I knew someone bewitched
more bear than man.
When I told him about my twin
he stroked his paw down my back
so so gently
(lest his invisible claws rip my skin)
and asked if my twin might not be
– from Teratoma Lullaby
ST: What inspired this particular poem? What would you like readers to know about your context, and how it relates to your poem? A friend of mine was participating in Haiku Mondays, and one week her prompt was “teratoma.” I’ve been fascinated with the phenomenon of teratomas since I read Stephen King’s The Dark Half, and the topic lent itself to some stylistic experiments I wanted to try, so I started writing “Teratoma Lullaby.” I’ve felt at war with my body since childhood, and the invisible illnesses I’ve developed over time have amplified my frustrations. The poem began as an intellectual exercise but quickly morphed into a weird rebus for that sense of not cohering within my self, and the perhaps concomitant desire to excise certain memories and emotions.
ST: Is the Body a central theme in your work? If so, what other works of yours deal with it? If not, what called you to it this time? I come to speculative poetry from a horror background, so yes. Horror is obsessed with the Body, which can be a battleground for competing forces (as in my poem “The Haunted Girl”) or a model of systemic failures (as in “In Defiance of Sleek-Armed Androids”), just to name two modes of body horror. In my work, the Body’s state reflects the Mind’s (“we come together we fall apart”). My characters often inventory the Body out of their desire to impose order (“The Skin-Walker’s Wife” and my Exile novels.)

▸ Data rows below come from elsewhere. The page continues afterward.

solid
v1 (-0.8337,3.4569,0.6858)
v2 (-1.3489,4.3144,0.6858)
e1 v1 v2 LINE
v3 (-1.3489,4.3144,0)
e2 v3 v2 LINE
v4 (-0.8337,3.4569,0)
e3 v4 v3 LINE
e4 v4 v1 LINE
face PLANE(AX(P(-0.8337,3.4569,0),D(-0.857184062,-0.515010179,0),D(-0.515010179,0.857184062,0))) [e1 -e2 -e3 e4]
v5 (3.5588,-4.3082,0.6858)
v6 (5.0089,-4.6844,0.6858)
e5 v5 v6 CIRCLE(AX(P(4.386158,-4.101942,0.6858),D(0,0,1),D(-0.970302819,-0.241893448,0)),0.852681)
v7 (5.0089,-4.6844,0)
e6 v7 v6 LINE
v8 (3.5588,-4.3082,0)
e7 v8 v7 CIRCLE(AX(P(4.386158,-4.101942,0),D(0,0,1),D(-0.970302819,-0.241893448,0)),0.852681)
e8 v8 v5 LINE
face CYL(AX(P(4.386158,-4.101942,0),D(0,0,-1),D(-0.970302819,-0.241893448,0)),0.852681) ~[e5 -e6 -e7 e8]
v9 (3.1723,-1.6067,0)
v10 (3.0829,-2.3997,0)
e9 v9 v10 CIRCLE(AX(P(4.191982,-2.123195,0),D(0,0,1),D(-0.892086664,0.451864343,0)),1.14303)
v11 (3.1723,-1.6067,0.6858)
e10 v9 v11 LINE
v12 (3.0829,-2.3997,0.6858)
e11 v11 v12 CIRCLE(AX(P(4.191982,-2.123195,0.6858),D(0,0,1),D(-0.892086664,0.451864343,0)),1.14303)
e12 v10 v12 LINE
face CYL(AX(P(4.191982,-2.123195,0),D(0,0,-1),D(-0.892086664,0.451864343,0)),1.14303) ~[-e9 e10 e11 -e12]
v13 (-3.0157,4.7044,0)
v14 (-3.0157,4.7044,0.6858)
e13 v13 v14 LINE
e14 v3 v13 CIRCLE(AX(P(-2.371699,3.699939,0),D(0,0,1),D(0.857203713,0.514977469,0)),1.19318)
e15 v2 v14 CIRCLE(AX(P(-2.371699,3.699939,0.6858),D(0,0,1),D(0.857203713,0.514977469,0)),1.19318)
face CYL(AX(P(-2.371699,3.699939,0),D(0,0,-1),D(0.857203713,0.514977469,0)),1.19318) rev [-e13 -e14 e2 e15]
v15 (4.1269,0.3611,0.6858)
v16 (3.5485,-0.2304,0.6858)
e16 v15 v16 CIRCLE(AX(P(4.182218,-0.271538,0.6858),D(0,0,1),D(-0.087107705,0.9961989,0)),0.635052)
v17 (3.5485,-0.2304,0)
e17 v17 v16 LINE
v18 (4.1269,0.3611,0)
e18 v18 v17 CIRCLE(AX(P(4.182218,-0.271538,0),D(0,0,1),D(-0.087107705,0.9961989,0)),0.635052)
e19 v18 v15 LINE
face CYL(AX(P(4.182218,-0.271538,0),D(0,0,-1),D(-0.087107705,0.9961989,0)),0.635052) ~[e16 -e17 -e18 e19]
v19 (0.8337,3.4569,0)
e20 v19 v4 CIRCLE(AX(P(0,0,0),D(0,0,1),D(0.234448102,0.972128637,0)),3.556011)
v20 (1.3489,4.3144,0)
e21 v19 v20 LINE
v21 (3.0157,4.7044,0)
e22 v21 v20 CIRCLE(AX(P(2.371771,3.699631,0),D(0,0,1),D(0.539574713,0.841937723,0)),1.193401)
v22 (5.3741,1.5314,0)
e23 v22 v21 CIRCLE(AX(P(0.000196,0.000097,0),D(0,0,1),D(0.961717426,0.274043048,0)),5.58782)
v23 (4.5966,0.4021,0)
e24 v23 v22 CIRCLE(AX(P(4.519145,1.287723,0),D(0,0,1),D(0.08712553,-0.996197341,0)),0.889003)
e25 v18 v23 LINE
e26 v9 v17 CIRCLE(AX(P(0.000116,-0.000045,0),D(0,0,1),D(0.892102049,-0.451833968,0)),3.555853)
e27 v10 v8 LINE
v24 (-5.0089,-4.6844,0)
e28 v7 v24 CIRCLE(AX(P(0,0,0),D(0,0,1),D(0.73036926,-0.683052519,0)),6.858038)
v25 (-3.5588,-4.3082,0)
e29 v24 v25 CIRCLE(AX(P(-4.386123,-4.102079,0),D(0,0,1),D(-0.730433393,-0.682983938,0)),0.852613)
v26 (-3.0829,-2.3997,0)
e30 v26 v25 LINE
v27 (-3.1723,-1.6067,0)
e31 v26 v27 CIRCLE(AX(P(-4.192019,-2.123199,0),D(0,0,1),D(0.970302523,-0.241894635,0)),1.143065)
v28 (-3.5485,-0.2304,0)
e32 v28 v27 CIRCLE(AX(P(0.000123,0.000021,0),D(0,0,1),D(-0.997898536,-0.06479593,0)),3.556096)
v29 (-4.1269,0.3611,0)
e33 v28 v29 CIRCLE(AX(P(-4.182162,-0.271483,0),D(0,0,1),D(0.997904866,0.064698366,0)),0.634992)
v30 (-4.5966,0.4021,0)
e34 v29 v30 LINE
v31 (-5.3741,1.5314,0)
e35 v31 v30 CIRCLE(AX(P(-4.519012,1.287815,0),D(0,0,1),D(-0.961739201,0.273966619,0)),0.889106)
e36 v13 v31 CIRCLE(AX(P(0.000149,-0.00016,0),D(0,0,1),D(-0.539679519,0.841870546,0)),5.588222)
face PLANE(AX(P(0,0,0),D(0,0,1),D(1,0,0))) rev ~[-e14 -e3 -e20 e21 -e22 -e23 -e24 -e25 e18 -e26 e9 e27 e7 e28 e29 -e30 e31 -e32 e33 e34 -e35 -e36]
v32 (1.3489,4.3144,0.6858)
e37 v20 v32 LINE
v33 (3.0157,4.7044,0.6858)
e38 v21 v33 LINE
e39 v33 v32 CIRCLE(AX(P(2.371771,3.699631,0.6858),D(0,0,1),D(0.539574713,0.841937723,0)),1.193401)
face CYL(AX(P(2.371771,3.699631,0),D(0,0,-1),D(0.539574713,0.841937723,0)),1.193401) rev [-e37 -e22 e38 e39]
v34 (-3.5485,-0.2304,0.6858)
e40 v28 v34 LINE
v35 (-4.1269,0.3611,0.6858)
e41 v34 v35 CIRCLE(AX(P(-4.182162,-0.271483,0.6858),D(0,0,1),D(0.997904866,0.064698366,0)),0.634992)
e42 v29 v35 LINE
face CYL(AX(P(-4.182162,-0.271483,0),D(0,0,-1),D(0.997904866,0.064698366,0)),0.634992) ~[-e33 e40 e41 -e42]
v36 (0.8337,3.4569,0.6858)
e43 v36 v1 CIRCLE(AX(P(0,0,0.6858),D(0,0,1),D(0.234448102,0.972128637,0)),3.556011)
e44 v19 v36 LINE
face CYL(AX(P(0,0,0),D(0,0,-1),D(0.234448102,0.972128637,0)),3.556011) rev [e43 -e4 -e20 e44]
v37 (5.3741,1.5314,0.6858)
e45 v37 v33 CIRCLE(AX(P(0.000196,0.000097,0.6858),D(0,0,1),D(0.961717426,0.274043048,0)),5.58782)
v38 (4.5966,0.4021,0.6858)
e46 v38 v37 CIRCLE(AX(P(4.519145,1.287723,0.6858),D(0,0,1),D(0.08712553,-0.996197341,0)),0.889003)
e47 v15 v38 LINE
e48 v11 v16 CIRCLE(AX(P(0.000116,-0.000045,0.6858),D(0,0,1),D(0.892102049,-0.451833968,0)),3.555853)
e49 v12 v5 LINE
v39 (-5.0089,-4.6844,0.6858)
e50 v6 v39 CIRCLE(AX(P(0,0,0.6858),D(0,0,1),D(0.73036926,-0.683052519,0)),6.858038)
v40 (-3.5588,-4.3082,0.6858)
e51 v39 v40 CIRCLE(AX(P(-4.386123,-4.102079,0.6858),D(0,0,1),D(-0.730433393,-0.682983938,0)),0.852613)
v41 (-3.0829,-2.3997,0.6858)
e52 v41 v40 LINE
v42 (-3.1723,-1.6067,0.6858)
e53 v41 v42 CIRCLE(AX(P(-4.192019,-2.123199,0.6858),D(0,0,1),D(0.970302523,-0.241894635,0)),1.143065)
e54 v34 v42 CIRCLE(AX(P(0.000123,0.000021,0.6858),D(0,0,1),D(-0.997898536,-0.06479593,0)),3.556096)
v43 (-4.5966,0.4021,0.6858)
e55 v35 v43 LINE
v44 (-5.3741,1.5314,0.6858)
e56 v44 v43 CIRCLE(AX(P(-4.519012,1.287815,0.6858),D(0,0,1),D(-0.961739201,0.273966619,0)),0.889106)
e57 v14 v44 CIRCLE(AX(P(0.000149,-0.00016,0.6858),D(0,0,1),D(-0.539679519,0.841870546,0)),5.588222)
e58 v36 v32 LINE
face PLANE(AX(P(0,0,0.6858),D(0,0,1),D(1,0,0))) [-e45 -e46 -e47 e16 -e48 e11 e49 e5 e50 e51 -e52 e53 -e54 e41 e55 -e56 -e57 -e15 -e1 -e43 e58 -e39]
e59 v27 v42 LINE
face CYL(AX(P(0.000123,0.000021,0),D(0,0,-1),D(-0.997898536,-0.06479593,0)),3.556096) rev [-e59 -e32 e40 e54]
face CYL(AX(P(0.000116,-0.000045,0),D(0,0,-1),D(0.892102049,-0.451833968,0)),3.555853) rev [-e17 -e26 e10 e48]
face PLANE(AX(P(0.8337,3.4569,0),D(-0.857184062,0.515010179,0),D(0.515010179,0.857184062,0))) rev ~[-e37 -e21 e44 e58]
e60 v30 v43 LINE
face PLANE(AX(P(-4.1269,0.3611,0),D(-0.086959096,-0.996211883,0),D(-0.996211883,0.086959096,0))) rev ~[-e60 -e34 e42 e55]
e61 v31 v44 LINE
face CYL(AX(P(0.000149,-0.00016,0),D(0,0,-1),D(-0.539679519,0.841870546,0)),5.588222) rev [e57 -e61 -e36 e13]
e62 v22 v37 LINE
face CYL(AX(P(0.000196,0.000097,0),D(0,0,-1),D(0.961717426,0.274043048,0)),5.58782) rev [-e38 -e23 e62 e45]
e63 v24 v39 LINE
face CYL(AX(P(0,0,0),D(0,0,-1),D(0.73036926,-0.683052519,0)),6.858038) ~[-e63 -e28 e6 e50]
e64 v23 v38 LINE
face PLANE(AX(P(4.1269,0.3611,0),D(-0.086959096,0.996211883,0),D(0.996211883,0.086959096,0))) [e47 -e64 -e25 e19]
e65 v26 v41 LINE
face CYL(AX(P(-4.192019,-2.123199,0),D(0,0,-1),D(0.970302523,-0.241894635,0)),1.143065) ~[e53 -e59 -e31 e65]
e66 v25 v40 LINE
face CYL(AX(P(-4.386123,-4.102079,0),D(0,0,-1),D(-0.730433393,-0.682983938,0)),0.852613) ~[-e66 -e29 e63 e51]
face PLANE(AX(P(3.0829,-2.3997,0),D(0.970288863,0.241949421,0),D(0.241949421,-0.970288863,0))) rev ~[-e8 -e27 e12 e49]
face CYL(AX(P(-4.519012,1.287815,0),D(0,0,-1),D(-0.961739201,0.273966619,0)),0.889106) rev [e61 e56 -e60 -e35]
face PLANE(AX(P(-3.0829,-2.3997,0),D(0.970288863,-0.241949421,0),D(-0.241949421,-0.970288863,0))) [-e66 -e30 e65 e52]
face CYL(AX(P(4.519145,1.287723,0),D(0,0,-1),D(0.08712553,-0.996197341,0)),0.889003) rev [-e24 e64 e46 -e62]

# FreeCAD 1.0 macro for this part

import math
import FreeCAD as App
import Part
import Sketcher
from FreeCAD import Vector
Q = App.Units.Quantity

doc = App.newDocument("Part")
body = doc.addObject("PartDesign::Body", "Body")

# Sketch on XY plane
sketch1 = doc.addObject("Sketcher::SketchObject", "Sketch")
body.addObject(sketch1)
sketch1.AttachmentSupport = (doc.XY_Plane, [""])
sketch1.MapMode = "FlatFace"
sketch1.addGeometry(Part.ArcOfCircle(Part.Circle(Vector(4.39, -4.1, 0), Vector(0, 0, 1), 0.85), math.radians(-166), math.radians(-43)), False)
sketch1.addGeometry(Part.ArcOfCircle(Part.Circle(Vector(0, 0, 0), Vector(0, 0, 1), 6.86), math.radians(-43), math.radians(223)), False)
sketch1.addGeometry(Part.ArcOfCircle(Part.Circle(Vector(-4.39, -4.1, 0), Vector(0, 0, 1), 0.85), math.radians(-137), math.radians(-14)), False)
sketch1.addGeometry(Part.LineSegment(Vector(-3.56, -4.31, 0), Vector(-3.08, -2.4, 0)), False)
sketch1.addGeometry(Part.ArcOfCircle(Part.Circle(Vector(-4.19, -2.12, 0), Vector(0, 0, 1), 1.14), math.radians(-14), math.radians(27)), False)
sketch1.addGeometry(Part.ArcOfCircle(Part.Circle(Vector(0, 0, 0), Vector(0, 0, 1), 3.56), math.radians(-176), math.radians(-153)), False)
sketch1.addGeometry(Part.ArcOfCircle(Part.Circle(Vector(-4.18, -0.27, 0), Vector(0, 0, 1), 0.64), math.radians(4), math.radians(85)), False)
sketch1.addGeometry(Part.LineSegment(Vector(-4.13, 0.36, 0), Vector(-4.6, 0.4, 0)), False)
sketch1.addGeometry(Part.ArcOfCircle(Part.Circle(Vector(-4.52, 1.29, 0), Vector(0, 0, 1), 0.89), math.radians(164), math.radians(265)), False)
sketch1.addGeometry(Part.ArcOfCircle(Part.Circle(Vector(0, 0, 0), Vector(0, 0, 1), 5.59), math.radians(123), math.radians(164)), False)
sketch1.addGeometry(Part.ArcOfCircle(Part.Circle(Vector(-2.37, 3.7, 0), Vector(0, 0, 1), 1.19), math.radians(31), math.radians(123)), False)
sketch1.addGeometry(Part.LineSegment(Vector(-1.35, 4.31, 0), Vector(-0.83, 3.46, 0)), False)
sketch1.addGeometry(Part.ArcOfCircle(Part.Circle(Vector(0, 0, 0), Vector(0, 0, 1), 3.56), math.radians(76), math.radians(104)), False)
sketch1.addGeometry(Part.LineSegment(Vector(0.83, 3.46, 0), Vector(1.35, 4.31, 0)), False)
sketch1.addGeometry(Part.ArcOfCircle(Part.Circle(Vector(2.37, 3.7, 0), Vector(0, 0, 1), 1.19), math.radians(57), math.radians(149)), False)
sketch1.addGeometry(Part.ArcOfCircle(Part.Circle(Vector(0, 0, 0), Vector(0, 0, 1), 5.59), math.radians(16), math.radians(57)), False)
sketch1.addGeometry(Part.ArcOfCircle(Part.Circle(Vector(4.52, 1.29, 0), Vector(0, 0, 1), 0.89), math.radians(-85), math.radians(16)), False)
sketch1.addGeometry(Part.LineSegment(Vector(4.6, 0.4, 0), Vector(4.13, 0.36, 0)), False)
sketch1.addGeometry(Part.ArcOfCircle(Part.Circle(Vector(4.18, -0.27, 0), Vector(0, 0, 1), 0.64), math.radians(95), math.radians(176)), False)
sketch1.addGeometry(Part.ArcOfCircle(Part.Circle(Vector(0, 0, 0), Vector(0, 0, 1), 3.56), math.radians(-27), math.radians(-4)), False)
sketch1.addGeometry(Part.ArcOfCircle(Part.Circle(Vector(4.19, -2.12, 0), Vector(0, 0, 1), 1.14), math.radians(153), math.radians(194)), False)
sketch1.addGeometry(Part.LineSegment(Vector(3.08, -2.4, 0), Vector(3.56, -4.31, 0)), False)
sketch1.addConstraint(Sketcher.Constraint("Tangent", 0, 2, 1, 1))
sketch1.addConstraint(Sketcher.Constraint("Tangent", 1, 2, 2, 1))
sketch1.addConstraint(Sketcher.Constraint("Tangent", 2, 2, 3, 1))
sketch1.addConstraint(Sketcher.Constraint("Tangent", 3, 2, 4, 1))
sketch1.addConstraint(Sketcher.Constraint("Tangent", 4, 2, 5, 2))
sketch1.addConstraint(Sketcher.Constraint("Tangent", 5, 1, 6, 1))
sketch1.addConstraint(Sketcher.Constraint("Tangent", 6, 2, 7, 1))
sketch1.addConstraint(Sketcher.Constraint("Tangent", 7, 2, 8, 2))
sketch1.addConstraint(Sketcher.Constraint("Tangent", 8, 1, 9, 2))
sketch1.addConstraint(Sketcher.Constraint("Tangent", 9, 1, 10, 2))
sketch1.addConstraint(Sketcher.Constraint("Tangent", 10, 1, 11, 1))
sketch1.addConstraint(Sketcher.Constraint("Coincident", 11, 2, 12, 2))
sketch1.addConstraint(Sketcher.Constraint("Coincident", 12, 1, 13, 1))
sketch1.addConstraint(Sketcher.Constraint("Tangent", 13, 2, 14, 2))
sketch1.addConstraint(Sketcher.Constraint("Tangent", 14, 1, 15, 2))
sketch1.addConstraint(Sketcher.Constraint("Tangent", 15, 1, 16, 2))
sketch1.addConstraint(Sketcher.Constraint("Tangent", 16, 1, 17, 1))
sketch1.addConstraint(Sketcher.Constraint("Tangent", 17, 2, 18, 1))
sketch1.addConstraint(Sketcher.Constraint("Tangent", 18, 2, 19, 2))
sketch1.addConstraint(Sketcher.Constraint("Tangent", 19, 1, 20, 1))
sketch1.addConstraint(Sketcher.Constraint("Tangent", 20, 2, 21, 1))
sketch1.addConstraint(Sketcher.Constraint("Tangent", 21, 2, 0, 1))
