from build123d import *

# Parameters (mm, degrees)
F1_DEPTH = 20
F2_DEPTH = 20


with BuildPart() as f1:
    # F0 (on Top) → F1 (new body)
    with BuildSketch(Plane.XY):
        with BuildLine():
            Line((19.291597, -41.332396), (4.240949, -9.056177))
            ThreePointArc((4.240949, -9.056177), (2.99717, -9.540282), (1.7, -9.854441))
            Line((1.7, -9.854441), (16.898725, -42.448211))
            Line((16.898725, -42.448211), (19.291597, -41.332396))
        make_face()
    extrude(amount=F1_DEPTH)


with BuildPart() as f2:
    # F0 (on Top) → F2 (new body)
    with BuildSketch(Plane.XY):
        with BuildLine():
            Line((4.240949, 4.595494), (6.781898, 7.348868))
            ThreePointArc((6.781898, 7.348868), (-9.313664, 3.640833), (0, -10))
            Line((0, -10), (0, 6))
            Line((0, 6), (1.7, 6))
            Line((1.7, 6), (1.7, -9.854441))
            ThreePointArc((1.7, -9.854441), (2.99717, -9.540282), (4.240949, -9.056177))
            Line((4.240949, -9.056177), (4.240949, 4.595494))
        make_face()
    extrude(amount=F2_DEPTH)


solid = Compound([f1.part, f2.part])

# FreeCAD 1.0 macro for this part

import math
import FreeCAD as App
import Part
import Sketcher
Q = App.Units.Quantity

doc = App.newDocument("Part")
body = doc.addObject("PartDesign::Body", "Body")

sketch1 = body.newObject("Sketcher::SketchObject", "Sketch")
sketch1.AttachmentSupport = (doc.getObject("XY_Plane"), [""])
sketch1.MapMode = "FlatFace"
sketch1.addGeometry([
    Part.LineSegment(App.Vector(19.3, -41.3, 0), App.Vector(4.2, -9.1, 0)),
    Part.ArcOfCircle(Part.Circle(App.Vector(0, 0, 0), App.Vector(0, 0, 1), 10), math.radians(-80.21), math.radians(-64.91)),
    Part.LineSegment(App.Vector(1.7, -9.9, 0), App.Vector(16.9, -42.4, 0)),
    Part.LineSegment(App.Vector(16.9, -42.4, 0), App.Vector(19.3, -41.3, 0)),
], False)
sketch1.addConstraint([
    Sketcher.Constraint("Coincident", 0, 2, 1, 2),
    Sketcher.Constraint("Coincident", 1, 1, 2, 1),
    Sketcher.Constraint("Coincident", 2, 2, 3, 1),
    Sketcher.Constraint("Coincident", 3, 2, 0, 1),
    Sketcher.Constraint("Parallel", 0, 2),
    Sketcher.Constraint("Perpendicular", 2, 3),
    Sketcher.Constraint("Angle", 0, Q("115 deg")),
    Sketcher.Constraint("DistanceX", -1, 1, 1, 1, Q("1.7 mm")),
    Sketcher.Constraint("Radius", 1, Q("9.999945 mm")),
    Sketcher.Constraint("DistanceX", -1, 1, 0, 2, Q("4.240949 mm")),
    Sketcher.Constraint("DistanceY", 1, 1, -1, 1, Q("9.854441 mm")),
    Sketcher.Constraint("DistanceY", 2, 2, -1, 1, Q("42.448211 mm")),
    Sketcher.Constraint("DistanceX", 1, 3, 2, 2, Q("16.898712 mm")),
])
pad1 = body.newObject("PartDesign::Pad", "Pad")
pad1.Profile = sketch1
pad1.Length = 20
body2 = doc.addObject("PartDesign::Body", "Body001")

sketch2 = body2.newObject("Sketcher::SketchObject", "Sketch001")
sketch2.AttachmentSupport = (doc.getObject("XY_Plane001"), [""])
sketch2.MapMode = "FlatFace"
sketch2.addGeometry([
    Part.LineSegment(App.Vector(4.2, 4.6, 0), App.Vector(6.8, 7.3, 0)),
    Part.ArcOfCircle(Part.Circle(App.Vector(0, 0, 0), App.Vector(0, 0, 1), 10), math.radians(47), math.radians(270)),
    Part.LineSegment(App.Vector(0, -10, 0), App.Vector(0, 6, 0)),
    Part.LineSegment(App.Vector(0, 6, 0), App.Vector(1.7, 6, 0)),
    Part.LineSegment(App.Vector(1.7, 6, 0), App.Vector(1.7, -9.9, 0)),
    Part.ArcOfCircle(Part.Circle(App.Vector(0, 0, 0), App.Vector(0, 0, 1), 10), math.radians(-80.21), math.radians(-64.91)),
    Part.LineSegment(App.Vector(4.2, -9.1, 0), App.Vector(4.2, 4.6, 0)),
], False)
sketch2.addConstraint([
    Sketcher.Constraint("Coincident", 0, 2, 1, 1),
    Sketcher.Constraint("Coincident", 1, 2, 2, 1),
    Sketcher.Constraint("Coincident", 2, 2, 3, 1),
    Sketcher.Constraint("Coincident", 3, 2, 4, 1),
    Sketcher.Constraint("Coincident", 4, 2, 5, 1),
    Sketcher.Constraint("Coincident", 5, 2, 6, 1),
    Sketcher.Constraint("Coincident", 6, 2, 0, 1),
    Sketcher.Constraint("Vertical", 2),
    Sketcher.Constraint("Horizontal", 3),
    Sketcher.Constraint("Vertical", 4),
    Sketcher.Constraint("Vertical", 6),
    Sketcher.Constraint("Coincident", 1, 3, -1, 1),
    Sketcher.Constraint("PointOnObject", 1, 2, -2),
    Sketcher.Constraint("Radius", 1, Q("10 mm")),
    Sketcher.Constraint("DistanceY", 2, 1, 2, 2, Q("16 mm")),
    Sketcher.Constraint("DistanceX", 3, 1, 3, 2, Q("1.7 mm")),
    Sketcher.Constraint("Radius", 5, Q("9.999945 mm")),
    Sketcher.Constraint("DistanceY", 4, 2, 4, 1, Q("15.854441 mm")),
    Sketcher.Constraint("DistanceY", 6, 1, 6, 2, Q("13.651671 mm")),
    Sketcher.Constraint("DistanceX", 1, 3, 0, 2, Q("6.781898 mm")),
    Sketcher.Constraint("DistanceX", -1, 1, 5, 2, Q("4.240949 mm")),
    Sketcher.Constraint("DistanceY", 5, 3, 0, 2, Q("7.348921 mm")),
])
pad2 = body2.newObject("PartDesign::Pad", "Pad001")
pad2.Profile = sketch2
pad2.Length = 20

doc.recompute()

ST: What else would you like to tell our readers about your poem? My grandmother sang the song in “Teratoma Lullaby” to my little sister, to the tune of “The Itsy Bitsy Spider.” The metaphasis “Buenos nachos” in place of “buenas noches” is a family joke, though I used it to different effect in the poem.
ST: Do you have any upcoming projects you might like to talk about? I had an(other) epic poem appear in Strange Horizons recently: Una Canción de Keys. (I write short poems, too, I really do.) I am also writing a series of blog posts, “Writing Latin@ Characters Well,” that I hope to continue, time and RSI permitting.
ST: Thank you very much, Lisa!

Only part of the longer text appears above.